The cap is the species mark. They are a dwarf-sized people, no taller than the children they had been at death, dressed in the red they would have been baptized in had anyone reached them in time. The red is the colour of the unspilled baptism and the colour of the caul that, on a living infant, would have made a witch or a Mora. In death the same colour identified them as a third class of being that the village was prepared to deal with.
Habits
They dance on the stone table. They play around the spring. They keep close to the alders, which in South Slavic plant lore are trees of the threshold, growing where land turns to water and the dead turn to the living. The Tintilini are ground-bound. Unlike the Vještica and the Mora, who fly, they belong to the earth. They do not enter houses. They do not attack sleepers. They do their work on the hillside where they live.
They are not, in the Düringsfeld account, harmful in any direct way. A traveller who came on them at the spring after dusk would see a circle of small red figures dancing on the stone, and the standard reaction was to back away quietly and go home. The danger was not in being hurt by them. The danger was in being held responsible for them.
The Cap Trade
The most particular detail the Düringsfelds preserved is the contract. If a person managed to grab one of their red caps and promised to return it, the Tintilino who lost the cap was bound to do whatever the captor asked, until the cap was given back. The mechanism is the standard hat-theft motif of European fairy lore. The same trick works with the kobold, with the Welsh tylwyth teg, with the Cornish piskies, with the Italian folletto, with the German Wichtelmännchen. The Dalmatian variant is unusual only in the source. A cap stolen from a kobold is stolen from a hearth spirit. A cap stolen from a Tintilino is stolen from a dead infant. The thief is using the soul of an unbaptized child as a household servant.
The Düringsfelds did not record what specifically the Tintilini were asked to do. The pattern in the wider European cap-theft tradition is that the captured spirit fetches gold, herds animals through the night, finds lost objects, or teaches the captor a useful piece of knowledge in exchange for the cap. The promise of return was binding. To keep the cap permanently was to enslave the spirit, and the older European versions of the motif punish the thief who refuses to give back, often through the spirit’s slow revenge or through the sudden withdrawal of every favour the thief had received.
The Sljebi Address
The Düringsfelds were unusual among nineteenth-century collectors because they recorded the geography. The spring above the Ombla under the alders, with the great stone table beside it, was a place a Ragusan reader of the 1879 book could in principle have visited. The Ombla river runs out of a karst spring east of Dubrovnik and reaches the Adriatic in a short, deep estuary. The hillsides above the river are still alder country in some patches. The Tintilini were not a generic fairy abstraction. They had an address, and the address was the kind of place every Mediterranean folk culture associates with the threshold: a spring at the foot of a hill, a stand of trees that prefer wet ground, a flat stone of the kind that occurs naturally on karst.
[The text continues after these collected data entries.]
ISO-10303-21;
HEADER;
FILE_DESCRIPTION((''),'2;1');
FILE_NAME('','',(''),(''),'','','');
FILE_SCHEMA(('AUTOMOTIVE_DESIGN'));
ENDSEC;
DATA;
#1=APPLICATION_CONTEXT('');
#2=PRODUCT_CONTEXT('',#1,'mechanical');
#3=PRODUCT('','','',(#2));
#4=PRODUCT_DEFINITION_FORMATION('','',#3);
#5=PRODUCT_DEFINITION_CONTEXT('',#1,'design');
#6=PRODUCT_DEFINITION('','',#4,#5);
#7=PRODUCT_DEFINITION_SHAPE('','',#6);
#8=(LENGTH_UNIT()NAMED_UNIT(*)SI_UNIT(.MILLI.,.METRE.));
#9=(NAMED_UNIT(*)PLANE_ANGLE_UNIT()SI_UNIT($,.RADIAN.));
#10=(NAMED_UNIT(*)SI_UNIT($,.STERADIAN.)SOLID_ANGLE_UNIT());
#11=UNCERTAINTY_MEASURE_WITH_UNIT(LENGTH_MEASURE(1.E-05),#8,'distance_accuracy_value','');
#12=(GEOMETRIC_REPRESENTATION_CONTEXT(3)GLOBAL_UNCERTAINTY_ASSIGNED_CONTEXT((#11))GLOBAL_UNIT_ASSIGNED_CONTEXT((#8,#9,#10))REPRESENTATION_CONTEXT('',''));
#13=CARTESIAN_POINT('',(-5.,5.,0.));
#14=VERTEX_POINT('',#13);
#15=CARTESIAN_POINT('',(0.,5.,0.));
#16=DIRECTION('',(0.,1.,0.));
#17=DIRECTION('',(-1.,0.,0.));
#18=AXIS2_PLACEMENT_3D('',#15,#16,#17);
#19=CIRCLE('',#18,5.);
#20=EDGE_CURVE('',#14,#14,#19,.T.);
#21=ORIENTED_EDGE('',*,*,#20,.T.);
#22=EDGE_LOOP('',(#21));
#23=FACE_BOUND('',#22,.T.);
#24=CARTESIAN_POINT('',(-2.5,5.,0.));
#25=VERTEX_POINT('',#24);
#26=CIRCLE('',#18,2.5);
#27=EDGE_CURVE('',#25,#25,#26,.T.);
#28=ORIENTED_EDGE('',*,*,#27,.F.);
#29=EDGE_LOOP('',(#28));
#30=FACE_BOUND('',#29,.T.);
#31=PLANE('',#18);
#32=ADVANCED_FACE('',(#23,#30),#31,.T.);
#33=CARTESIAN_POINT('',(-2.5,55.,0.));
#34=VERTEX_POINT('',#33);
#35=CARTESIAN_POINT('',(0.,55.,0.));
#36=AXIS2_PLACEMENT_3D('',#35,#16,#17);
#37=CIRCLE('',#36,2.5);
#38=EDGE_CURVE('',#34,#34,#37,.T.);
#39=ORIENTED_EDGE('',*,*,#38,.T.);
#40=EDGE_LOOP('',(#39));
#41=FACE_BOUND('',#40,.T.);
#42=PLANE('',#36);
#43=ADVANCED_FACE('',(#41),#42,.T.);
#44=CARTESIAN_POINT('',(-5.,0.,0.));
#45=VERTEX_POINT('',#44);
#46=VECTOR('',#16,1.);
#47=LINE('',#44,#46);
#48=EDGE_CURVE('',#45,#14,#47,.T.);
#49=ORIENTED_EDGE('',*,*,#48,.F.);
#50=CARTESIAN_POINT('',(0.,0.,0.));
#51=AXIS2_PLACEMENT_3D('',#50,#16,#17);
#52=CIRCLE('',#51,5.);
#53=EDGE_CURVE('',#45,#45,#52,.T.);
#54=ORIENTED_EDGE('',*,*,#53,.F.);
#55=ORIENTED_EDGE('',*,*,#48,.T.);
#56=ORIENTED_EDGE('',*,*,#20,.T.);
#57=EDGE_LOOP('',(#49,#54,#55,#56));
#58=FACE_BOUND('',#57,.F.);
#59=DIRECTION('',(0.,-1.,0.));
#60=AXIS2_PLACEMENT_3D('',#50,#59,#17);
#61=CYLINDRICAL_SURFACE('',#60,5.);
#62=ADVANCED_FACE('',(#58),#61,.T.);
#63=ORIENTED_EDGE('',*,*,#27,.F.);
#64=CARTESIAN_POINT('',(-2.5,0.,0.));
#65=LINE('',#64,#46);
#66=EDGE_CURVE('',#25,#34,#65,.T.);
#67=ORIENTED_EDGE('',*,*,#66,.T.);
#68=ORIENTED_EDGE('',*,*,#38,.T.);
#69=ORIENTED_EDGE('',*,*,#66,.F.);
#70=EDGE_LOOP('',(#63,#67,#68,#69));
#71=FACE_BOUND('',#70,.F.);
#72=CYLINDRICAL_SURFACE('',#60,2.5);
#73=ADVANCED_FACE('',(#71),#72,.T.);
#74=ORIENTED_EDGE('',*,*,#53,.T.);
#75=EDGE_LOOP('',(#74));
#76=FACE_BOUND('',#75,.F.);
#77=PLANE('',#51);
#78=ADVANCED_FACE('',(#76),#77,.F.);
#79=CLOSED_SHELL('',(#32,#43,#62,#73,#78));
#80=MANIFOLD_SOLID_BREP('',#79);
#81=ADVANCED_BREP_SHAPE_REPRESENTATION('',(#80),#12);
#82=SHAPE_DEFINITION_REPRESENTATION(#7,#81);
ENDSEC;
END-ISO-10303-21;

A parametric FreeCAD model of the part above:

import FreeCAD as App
import Part
import Sketcher

doc = App.newDocument("Part")
params = doc.addObject("Spreadsheet::Sheet", "Params")
for row, (alias, value) in enumerate([
    ("sketch1_diameter", "10 mm"),
    ("sketch1_diameter2", "5 mm"),
    ("pad1_length", "5 mm"),
    ("sketch2_diameter", "5 mm"),
    ("pad2_length", "55 mm"),
], start=1):
    params.set(f"A{row}", alias)
    params.set(f"B{row}", "=" + value)
    params.setAlias(f"B{row}", alias)

body = doc.addObject("PartDesign::Body", "Body")

sketch1 = body.newObject("Sketcher::SketchObject", "Sketch")
sketch1.AttachmentSupport = (doc.getObject("XZ_Plane"), [""])
sketch1.MapMode = "FlatFace"
sketch1.addGeometry([
    Part.Circle(App.Vector(0, 0, 0), App.Vector(0, 0, 1), 5),
    Part.Circle(App.Vector(0, 0, 0), App.Vector(0, 0, 1), 2.5),
], False)
sketch1.addConstraint([
    Sketcher.Constraint("Coincident", 0, 3, -1, 1),
    Sketcher.Constraint("Coincident", 1, 3, -1, 1),
    Sketcher.Constraint("Diameter", 0, 10.0),
    Sketcher.Constraint("Diameter", 1, 5.0),
])
sketch1.setExpression("Constraints[2]", "Params.sketch1_diameter")
sketch1.setExpression("Constraints[3]", "Params.sketch1_diameter2")
pad1 = body.newObject("PartDesign::Pad", "Pad")
pad1.Profile = sketch1
pad1.setExpression("Length", "Params.pad1_length")
pad1.Reversed = True

sketch2 = body.newObject("Sketcher::SketchObject", "Sketch001")
sketch2.AttachmentSupport = (doc.getObject("XZ_Plane"), [""])
sketch2.MapMode = "FlatFace"
sketch2.addGeometry(Part.Circle(App.Vector(0, 0, 0), App.Vector(0, 0, 1), 2.5), False)
sketch2.addConstraint([
    Sketcher.Constraint("Coincident", 0, 3, -1, 1),
    Sketcher.Constraint("Diameter", 0, 5.0),
])
sketch2.setExpression("Constraints[1]", "Params.sketch2_diameter")
pad2 = body.newObject("PartDesign::Pad", "Pad001")
pad2.Profile = sketch2
pad2.setExpression("Length", "Params.pad2_length")
pad2.Reversed = True

doc.recompute()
The same configuration, spring and trees and stone, marks the meeting places of the Vila in Bosnia and Serbia, the neraida in Greece, and the fata in Italy. The Tintilini are the local Catholic version with the local theological problem worked into their origin story.
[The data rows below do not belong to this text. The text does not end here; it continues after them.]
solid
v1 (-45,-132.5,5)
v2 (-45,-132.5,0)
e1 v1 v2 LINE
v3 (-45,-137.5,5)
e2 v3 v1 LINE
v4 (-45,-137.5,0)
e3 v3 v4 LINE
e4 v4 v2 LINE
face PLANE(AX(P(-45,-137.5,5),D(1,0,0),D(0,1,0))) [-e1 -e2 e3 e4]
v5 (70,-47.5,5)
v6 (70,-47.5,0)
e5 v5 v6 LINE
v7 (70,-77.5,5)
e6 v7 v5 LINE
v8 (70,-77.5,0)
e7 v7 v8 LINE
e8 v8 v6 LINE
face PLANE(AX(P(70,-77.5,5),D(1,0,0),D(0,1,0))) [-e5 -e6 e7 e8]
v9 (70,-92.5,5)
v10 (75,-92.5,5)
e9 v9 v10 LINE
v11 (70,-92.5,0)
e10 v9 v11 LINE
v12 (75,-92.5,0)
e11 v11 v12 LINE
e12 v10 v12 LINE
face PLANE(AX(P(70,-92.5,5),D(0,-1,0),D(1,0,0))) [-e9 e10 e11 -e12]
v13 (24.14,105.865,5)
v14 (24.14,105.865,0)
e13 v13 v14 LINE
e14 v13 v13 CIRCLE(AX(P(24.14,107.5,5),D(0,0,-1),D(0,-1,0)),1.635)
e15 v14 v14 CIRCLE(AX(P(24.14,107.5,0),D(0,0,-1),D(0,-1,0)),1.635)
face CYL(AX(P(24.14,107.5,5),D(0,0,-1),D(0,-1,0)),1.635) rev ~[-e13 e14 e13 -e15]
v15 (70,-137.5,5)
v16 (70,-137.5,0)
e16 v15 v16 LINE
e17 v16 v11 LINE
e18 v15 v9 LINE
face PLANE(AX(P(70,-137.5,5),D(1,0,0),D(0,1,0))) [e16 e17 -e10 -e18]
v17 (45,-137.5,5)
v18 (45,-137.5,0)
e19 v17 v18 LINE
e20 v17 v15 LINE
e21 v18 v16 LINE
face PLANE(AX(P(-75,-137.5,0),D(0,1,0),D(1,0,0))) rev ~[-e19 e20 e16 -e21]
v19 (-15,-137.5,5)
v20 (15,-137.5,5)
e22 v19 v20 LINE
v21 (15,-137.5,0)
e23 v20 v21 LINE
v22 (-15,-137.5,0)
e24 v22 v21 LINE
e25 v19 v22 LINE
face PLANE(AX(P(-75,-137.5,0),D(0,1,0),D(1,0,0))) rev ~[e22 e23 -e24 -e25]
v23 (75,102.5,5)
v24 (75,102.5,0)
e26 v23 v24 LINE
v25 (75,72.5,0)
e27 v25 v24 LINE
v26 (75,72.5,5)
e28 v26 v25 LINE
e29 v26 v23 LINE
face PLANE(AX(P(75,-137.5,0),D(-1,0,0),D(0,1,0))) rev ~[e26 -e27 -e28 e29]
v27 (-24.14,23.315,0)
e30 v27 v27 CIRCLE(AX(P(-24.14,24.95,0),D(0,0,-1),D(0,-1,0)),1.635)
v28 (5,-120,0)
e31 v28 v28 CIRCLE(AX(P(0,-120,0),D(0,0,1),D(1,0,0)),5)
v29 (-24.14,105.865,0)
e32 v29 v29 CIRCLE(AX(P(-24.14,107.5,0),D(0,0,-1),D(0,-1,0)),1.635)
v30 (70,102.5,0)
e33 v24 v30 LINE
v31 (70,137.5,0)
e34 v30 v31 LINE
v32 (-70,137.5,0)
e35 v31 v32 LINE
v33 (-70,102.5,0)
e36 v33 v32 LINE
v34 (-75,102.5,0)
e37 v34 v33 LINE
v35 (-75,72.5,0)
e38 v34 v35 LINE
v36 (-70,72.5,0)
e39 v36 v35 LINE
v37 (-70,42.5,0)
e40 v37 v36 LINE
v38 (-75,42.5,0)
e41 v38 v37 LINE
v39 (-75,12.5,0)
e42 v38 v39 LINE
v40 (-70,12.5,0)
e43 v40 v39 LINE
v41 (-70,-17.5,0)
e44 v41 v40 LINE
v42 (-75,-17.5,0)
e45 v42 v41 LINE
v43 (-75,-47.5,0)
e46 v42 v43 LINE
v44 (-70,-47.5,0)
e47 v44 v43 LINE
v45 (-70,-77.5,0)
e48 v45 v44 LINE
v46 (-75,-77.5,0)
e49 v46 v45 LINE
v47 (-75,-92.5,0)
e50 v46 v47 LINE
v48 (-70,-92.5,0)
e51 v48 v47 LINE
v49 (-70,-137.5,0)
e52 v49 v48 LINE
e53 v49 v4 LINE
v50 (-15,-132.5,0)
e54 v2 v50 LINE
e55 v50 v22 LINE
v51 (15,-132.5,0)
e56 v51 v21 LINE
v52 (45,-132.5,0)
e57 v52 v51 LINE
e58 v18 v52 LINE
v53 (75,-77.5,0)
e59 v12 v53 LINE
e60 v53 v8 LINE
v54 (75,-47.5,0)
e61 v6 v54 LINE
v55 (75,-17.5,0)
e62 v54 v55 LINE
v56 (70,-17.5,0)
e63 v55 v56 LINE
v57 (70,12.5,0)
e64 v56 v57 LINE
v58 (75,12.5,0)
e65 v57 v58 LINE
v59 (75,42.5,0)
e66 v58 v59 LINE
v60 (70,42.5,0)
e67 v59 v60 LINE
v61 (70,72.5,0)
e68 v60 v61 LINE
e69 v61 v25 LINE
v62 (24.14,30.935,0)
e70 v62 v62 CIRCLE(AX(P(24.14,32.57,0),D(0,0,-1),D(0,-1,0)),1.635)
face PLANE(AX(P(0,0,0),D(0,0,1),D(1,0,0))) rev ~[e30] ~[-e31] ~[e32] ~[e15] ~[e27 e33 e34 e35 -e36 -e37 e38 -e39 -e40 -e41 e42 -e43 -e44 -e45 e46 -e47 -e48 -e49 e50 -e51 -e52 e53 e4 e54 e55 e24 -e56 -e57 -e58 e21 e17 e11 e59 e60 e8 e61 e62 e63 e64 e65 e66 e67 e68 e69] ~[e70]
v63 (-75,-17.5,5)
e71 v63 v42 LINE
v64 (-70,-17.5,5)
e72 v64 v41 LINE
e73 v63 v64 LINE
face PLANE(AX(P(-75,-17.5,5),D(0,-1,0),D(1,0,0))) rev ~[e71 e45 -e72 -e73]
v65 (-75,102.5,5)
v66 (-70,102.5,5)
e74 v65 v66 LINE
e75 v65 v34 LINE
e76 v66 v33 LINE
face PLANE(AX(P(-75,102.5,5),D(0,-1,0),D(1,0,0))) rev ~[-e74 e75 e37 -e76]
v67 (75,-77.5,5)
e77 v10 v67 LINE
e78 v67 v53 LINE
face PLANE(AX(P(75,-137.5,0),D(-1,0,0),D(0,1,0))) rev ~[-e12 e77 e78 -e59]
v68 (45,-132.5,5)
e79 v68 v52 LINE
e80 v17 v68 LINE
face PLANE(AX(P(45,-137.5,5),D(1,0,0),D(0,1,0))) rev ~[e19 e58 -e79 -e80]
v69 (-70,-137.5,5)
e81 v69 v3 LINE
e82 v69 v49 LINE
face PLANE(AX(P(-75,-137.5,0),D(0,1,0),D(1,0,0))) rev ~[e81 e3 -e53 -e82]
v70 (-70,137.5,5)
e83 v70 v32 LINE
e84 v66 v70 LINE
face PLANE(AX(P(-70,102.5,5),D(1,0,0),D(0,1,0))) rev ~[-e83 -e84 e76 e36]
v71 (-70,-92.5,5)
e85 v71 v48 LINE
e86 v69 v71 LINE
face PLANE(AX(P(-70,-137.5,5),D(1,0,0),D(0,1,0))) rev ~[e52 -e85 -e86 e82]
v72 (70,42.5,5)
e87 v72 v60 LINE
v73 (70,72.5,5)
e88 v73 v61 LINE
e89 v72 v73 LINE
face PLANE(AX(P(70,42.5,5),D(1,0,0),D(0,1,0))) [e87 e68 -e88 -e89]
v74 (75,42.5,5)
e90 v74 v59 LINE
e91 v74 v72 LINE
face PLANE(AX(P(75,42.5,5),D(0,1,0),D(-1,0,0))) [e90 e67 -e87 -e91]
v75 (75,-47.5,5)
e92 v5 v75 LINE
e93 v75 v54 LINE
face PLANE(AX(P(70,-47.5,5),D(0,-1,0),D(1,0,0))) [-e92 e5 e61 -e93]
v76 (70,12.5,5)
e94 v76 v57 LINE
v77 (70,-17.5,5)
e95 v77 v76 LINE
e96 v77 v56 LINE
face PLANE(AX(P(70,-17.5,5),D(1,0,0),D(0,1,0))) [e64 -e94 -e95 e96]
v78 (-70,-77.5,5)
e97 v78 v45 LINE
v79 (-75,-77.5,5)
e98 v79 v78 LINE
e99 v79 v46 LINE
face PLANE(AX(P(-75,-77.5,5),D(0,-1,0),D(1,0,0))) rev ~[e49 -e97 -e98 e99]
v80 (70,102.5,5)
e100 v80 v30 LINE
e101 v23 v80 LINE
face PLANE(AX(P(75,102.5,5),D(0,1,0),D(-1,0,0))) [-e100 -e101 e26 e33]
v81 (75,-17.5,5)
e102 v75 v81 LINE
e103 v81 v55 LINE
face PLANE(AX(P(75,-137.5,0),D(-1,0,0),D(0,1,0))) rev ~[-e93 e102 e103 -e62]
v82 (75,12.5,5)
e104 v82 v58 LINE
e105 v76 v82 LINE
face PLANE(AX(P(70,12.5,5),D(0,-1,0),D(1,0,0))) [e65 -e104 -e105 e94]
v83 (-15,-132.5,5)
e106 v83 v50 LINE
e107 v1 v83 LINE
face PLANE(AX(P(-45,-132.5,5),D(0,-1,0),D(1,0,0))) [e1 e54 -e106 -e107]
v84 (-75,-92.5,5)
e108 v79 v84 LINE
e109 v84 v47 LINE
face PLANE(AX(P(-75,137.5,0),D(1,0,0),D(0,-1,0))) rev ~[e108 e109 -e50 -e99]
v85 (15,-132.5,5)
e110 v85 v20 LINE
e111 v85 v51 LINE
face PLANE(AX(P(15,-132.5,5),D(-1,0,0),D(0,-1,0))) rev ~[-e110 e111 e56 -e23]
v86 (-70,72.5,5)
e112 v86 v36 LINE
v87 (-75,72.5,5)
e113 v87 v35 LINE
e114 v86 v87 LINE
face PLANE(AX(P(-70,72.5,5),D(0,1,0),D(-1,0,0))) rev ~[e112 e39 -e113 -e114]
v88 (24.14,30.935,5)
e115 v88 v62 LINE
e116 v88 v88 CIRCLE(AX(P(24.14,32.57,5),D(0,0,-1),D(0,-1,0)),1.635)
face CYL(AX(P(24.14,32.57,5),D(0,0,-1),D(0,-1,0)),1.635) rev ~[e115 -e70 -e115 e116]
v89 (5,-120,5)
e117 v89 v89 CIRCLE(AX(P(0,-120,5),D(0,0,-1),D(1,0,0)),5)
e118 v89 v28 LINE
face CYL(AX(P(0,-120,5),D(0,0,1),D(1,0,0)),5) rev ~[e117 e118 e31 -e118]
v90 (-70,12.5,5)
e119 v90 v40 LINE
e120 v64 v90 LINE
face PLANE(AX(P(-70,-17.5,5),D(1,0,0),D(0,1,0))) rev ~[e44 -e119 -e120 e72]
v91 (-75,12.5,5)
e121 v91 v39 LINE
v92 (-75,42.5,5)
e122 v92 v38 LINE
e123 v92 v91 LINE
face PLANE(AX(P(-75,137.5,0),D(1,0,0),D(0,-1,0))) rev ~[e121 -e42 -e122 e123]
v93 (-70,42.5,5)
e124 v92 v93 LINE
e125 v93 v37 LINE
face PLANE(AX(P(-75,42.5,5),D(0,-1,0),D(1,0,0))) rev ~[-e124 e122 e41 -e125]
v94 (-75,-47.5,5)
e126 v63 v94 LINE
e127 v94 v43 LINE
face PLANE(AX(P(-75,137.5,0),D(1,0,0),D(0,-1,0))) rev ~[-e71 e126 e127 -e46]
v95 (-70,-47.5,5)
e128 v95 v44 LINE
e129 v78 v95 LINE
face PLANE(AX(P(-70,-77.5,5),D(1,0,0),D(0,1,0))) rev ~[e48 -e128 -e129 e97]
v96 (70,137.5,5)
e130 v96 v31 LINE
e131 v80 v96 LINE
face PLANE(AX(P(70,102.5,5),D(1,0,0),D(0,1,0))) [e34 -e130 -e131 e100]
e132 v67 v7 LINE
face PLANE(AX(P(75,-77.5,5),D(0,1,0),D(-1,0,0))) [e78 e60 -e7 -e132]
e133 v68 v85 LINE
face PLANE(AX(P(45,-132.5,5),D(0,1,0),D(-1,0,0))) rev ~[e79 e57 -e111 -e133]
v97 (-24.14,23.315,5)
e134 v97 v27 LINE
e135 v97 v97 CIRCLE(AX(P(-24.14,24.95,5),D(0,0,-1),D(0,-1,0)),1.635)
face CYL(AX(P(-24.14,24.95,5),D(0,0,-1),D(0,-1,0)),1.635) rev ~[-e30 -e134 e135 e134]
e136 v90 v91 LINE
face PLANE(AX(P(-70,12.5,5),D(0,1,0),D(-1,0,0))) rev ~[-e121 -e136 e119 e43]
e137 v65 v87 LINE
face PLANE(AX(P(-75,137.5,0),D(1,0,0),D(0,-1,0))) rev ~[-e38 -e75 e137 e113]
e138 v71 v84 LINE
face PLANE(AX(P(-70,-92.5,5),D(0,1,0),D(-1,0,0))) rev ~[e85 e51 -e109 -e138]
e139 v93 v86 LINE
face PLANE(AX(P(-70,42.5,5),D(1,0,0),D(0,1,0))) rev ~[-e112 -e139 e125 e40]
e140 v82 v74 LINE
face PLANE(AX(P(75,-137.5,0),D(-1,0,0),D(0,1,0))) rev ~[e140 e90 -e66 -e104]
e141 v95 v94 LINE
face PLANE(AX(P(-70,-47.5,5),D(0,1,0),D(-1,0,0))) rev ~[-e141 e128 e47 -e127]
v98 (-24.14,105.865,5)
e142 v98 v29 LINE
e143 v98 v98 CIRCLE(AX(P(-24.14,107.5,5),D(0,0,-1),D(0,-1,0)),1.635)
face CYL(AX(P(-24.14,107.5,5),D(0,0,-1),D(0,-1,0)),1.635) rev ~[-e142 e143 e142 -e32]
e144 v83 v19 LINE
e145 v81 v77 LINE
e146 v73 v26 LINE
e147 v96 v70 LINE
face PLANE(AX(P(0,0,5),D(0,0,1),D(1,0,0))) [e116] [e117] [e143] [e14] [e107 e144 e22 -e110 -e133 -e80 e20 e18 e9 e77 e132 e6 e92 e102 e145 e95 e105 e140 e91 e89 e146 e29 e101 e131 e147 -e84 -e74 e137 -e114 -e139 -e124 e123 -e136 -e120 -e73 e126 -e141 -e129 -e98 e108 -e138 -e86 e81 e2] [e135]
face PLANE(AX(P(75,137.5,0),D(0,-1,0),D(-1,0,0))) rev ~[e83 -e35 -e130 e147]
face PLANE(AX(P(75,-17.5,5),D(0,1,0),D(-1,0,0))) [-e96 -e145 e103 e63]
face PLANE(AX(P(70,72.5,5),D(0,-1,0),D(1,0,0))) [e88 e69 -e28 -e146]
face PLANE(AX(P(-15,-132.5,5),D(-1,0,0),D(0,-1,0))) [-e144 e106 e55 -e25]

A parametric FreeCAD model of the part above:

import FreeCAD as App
import Part
import Sketcher


def add_polygon(sketch, points):
    """Adds a closed chain of lines whose ends are joined by coincident constraints."""
    first, n = sketch.GeometryCount, len(points)
    for a, b in zip(points, points[1:] + points[:1]):
        sketch.addGeometry(Part.LineSegment(App.Vector(*a, 0), App.Vector(*b, 0)), False)
    for i in range(n):
        sketch.addConstraint(Sketcher.Constraint("Coincident", first + i, 2, first + (i + 1) % n, 1))

doc = App.newDocument("Part")
body = doc.addObject("PartDesign::Body", "Body")

sketch1 = body.newObject("Sketcher::SketchObject", "Sketch")
sketch1.AttachmentSupport = (doc.getObject("XY_Plane"), [""])
sketch1.MapMode = "FlatFace"
add_polygon(sketch1, [(-75, 138), (-75, -138), (75, -138), (75, 138)])
sketch1.addConstraint([
    Sketcher.Constraint("Vertical", 0),
    Sketcher.Constraint("Horizontal", 1),
    Sketcher.Constraint("Vertical", 2),
    Sketcher.Constraint("Horizontal", 3),
    Sketcher.Constraint("Symmetric", 0, 2, 2, 2, -1, 1),
    Sketcher.Constraint("DistanceX", 1, 1, 1, 2, 150.0),
    Sketcher.Constraint("DistanceY", 0, 2, 0, 1, 275.0),
])
pad1 = body.newObject("PartDesign::Pad", "Pad")
pad1.Profile = sketch1
pad1.Length = 5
Cross-Cultural Connections
The dead infant is one of the oldest categories of dangerous and pitiable spirit in European folk religion. In Greece the aoroi, the untimely dead, included infants and were the most active class of restless soul. In Roman religion the lemures and the larvae were drawn from the same population. In Germanic folklore the Heimchen were the souls of dead children who followed the goddess Holda and required offerings of milk and bread on the windowsill. The Romanian moroi were sometimes the souls of dead children who returned as small vampires. The Albanian zana and the Catalan encantades preserved the same kind of figure under the form of a dwarf-sized woman in coloured clothing.
The Tintilini sit at the gentlest end of the spectrum. They are neither vengeful nor vampiric, they do not drink blood, and they do not press the chests of sleepers. They dance on a hillside they did not choose, in a colour that was meant for them and never reached them, and they will work for any human who steals their cap and promises to give it back. The folk theology is at the same time mournful and practical. Where the church had failed the unbaptized child, the village stepped in. The hillside above the Ombla received them and gave them a job and a place to dance, and the people of Ragusa knew where they were and left them alone except when they wanted something done.
The Düringsfelds were the only collectors who recorded them in any detail. The villages around the Ombla still know the spring. Whether anyone still calls the dancers tintilini, or whether they were lost between the world wars and the second half of the twentieth century, is a question for a fieldworker who has not yet gone looking. The 1879 record is the one we have.
Sources
Bibliography. The same list is held in the article’s frontmatter for the citation tools that read it programmatically.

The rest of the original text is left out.